* [Task directions]
Set down, please, exactly the lines below that run from the line with "Rectangle(F4_W, F4_H)" to the line with "FreeCAD Python script", both lines included.
(Dataset entries Opens)
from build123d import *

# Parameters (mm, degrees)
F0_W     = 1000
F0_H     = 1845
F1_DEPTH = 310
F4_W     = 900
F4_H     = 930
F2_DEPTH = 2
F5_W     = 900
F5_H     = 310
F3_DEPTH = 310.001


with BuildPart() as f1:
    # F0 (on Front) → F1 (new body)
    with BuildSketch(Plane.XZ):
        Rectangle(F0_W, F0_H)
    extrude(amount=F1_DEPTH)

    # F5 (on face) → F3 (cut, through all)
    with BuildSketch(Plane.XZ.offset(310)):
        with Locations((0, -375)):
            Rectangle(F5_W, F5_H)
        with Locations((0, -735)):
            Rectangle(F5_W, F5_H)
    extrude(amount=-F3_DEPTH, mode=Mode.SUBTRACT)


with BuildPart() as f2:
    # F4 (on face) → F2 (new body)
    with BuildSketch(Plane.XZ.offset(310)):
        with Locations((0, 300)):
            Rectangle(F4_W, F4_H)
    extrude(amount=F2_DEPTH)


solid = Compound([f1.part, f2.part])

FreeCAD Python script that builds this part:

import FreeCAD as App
import Part
import Sketcher
Q = App.Units.Quantity


def add_polygon(sketch, points):
    """Adds a closed chain of lines whose ends are joined by coincident constraints."""
    first, n = sketch.GeometryCount, len(points)
    for a, b in zip(points, points[1:] + points[:1]):
        sketch.addGeometry(Part.LineSegment(App.Vector(*a, 0), App.Vector(*b, 0)), False)
    for i in range(n):
        sketch.addConstraint(Sketcher.Constraint("Coincident", first + i, 2, first + (i + 1) % n, 1))

doc = App.newDocument("Part")
params = doc.addObject("Spreadsheet::Sheet", "Params")
for row, (alias, value) in enumerate([
    ("sketch1_width", "1000 mm"),
    ("sketch1_height", "1845 mm"),
    ("pad1_length", "310 mm"),
    ("sketch2_width", "900 mm"),
    ("sketch2_height", "310 mm"),
    ("sketch3_width", "900 mm"),
    ("sketch3_height", "930 mm"),
    ("pad2_length", "2 mm"),
], start=1):
    params.set(f"A{row}", alias)
    params.set(f"B{row}", "=" + value)
    params.setAlias(f"B{row}", alias)

body = doc.addObject("PartDesign::Body", "Body")

# Sketch on XZ plane
sketch1 = doc.addObject("Sketcher::SketchObject", "Sketch")
body.addObject(sketch1)
sketch1.AttachmentSupport = (doc.XZ_Plane, [""])
sketch1.MapMode = "FlatFace"
add_polygon(sketch1, [(-500, 922), (-500, -922), (500, -922), (500, 922)])  # lines 0-3
sketch1.addConstraint([
    Sketcher.Constraint("Vertical", 0),
    Sketcher.Constraint("Horizontal", 1),
    Sketcher.Constraint("Vertical", 2),
    Sketcher.Constraint("Horizontal", 3),
    Sketcher.Constraint("Symmetric", 0, 2, 2, 2, -1, 1),
    Sketcher.Constraint("DistanceX", 1, 1, 1, 2, Q("1000 mm")),
    Sketcher.Constraint("DistanceY", 0, 2, 0, 1, Q("1845 mm")),
])
sketch1.setExpression("Constraints[9]", "Params.sketch1_width")
sketch1.setExpression("Constraints[10]", "Params.sketch1_height")
pad1 = doc.addObject("PartDesign::Pad", "Pad")
body.addObject(pad1)
pad1.Profile = sketch1
pad1.setExpression("Length", "Params.pad1_length")

# Sketch on XZ plane
sketch2 = doc.addObject("Sketcher::SketchObject", "Sketch001")
body.addObject(sketch2)
sketch2.AttachmentSupport = (doc.XZ_Plane, [""])
sketch2.MapMode = "FlatFace"
sketch2.AttachmentOffset = App.Placement(App.Vector(0, 0, 310), App.Rotation())
add_polygon(sketch2, [(-450, -220), (-450, -530), (450, -530), (450, -220)])  # lines 0-3
add_polygon(sketch2, [(-450, -580), (-450, -890), (450, -890), (450, -580)])  # lines 4-7
sketch2.addConstraint([
    Sketcher.Constraint("Vertical", 0),
    Sketcher.Constraint("Horizontal", 1),
    Sketcher.Constraint("Vertical", 2),
    Sketcher.Constraint("Horizontal", 3),
    Sketcher.Constraint("Vertical", 4),
    Sketcher.Constraint("Horizontal", 5),
    Sketcher.Constraint("Vertical", 6),
    Sketcher.Constraint("Horizontal", 7),
    Sketcher.Constraint("Vertical", 3, 2, 4, 2),
    Sketcher.Constraint("Vertical", 2, 2, 5, 2),
    Sketcher.Constraint("Equal", 2, 4),
    Sketcher.Constraint("DistanceX", 1, 1, 1, 2, Q("900 mm")),
    Sketcher.Constraint("DistanceY", 0, 2, 0, 1, Q("310 mm")),
    Sketcher.Constraint("DistanceX", 0, 2, -1, 1, Q("450 mm")),
    Sketcher.Constraint("DistanceY", 0, 2, -1, 1, Q("530 mm")),
    Sketcher.Constraint("DistanceY", 4, 2, -1, 1, Q("890 mm")),
])
sketch2.setExpression("Constraints[19]", "Params.sketch2_width")
sketch2.setExpression("Constraints[20]", "Params.sketch2_height")
pocket1 = doc.addObject("PartDesign::Pocket", "Pocket")
body.addObject(pocket1)
pocket1.Profile = sketch2
pocket1.Type = "ThroughAll"
body2 = doc.addObject("PartDesign::Body", "Body001")

# Sketch on XZ plane
sketch3 = doc.addObject("Sketcher::SketchObject", "Sketch002")
body2.addObject(sketch3)
sketch3.AttachmentSupport = (doc.getObject("XZ_Plane001"), [""])
sketch3.MapMode = "FlatFace"
sketch3.AttachmentOffset = App.Placement(App.Vector(0, 0, 310), App.Rotation())
add_polygon(sketch3, [(-450, 765), (-450, -165), (450, -165), (450, 765)])  # lines 0-3
sketch3.addConstraint([
    Sketcher.Constraint("Vertical", 0),
    Sketcher.Constraint("Horizontal", 1),
    Sketcher.Constraint("Vertical", 2),
    Sketcher.Constraint("Horizontal", 3),
    Sketcher.Constraint("DistanceX", 1, 1, 1, 2, Q("900 mm")),
    Sketcher.Constraint("DistanceY", 0, 2, 0, 1, Q("930 mm")),
    Sketcher.Constraint("DistanceX", 0, 2, -1, 1, Q("450 mm")),
    Sketcher.Constraint("DistanceY", 0, 2, -1, 1, Q("165 mm")),
])
sketch3.setExpression("Constraints[8]", "Params.sketch3_width")
sketch3.setExpression("Constraints[9]", "Params.sketch3_height")
pad2 = doc.addObject("PartDesign::Pad", "Pad001")
body2.addObject(pad2)
pad2.Profile = sketch3
pad2.setExpression("Length", "Params.pad2_length")

doc.recompute()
(Dataset entries Closes)
* [Solution for this task]
            Rectangle(F4_W, F4_H)
    extrude(amount=F2_DEPTH)


solid = Compound([f1.part, f2.part])

FreeCAD Python script that builds this part:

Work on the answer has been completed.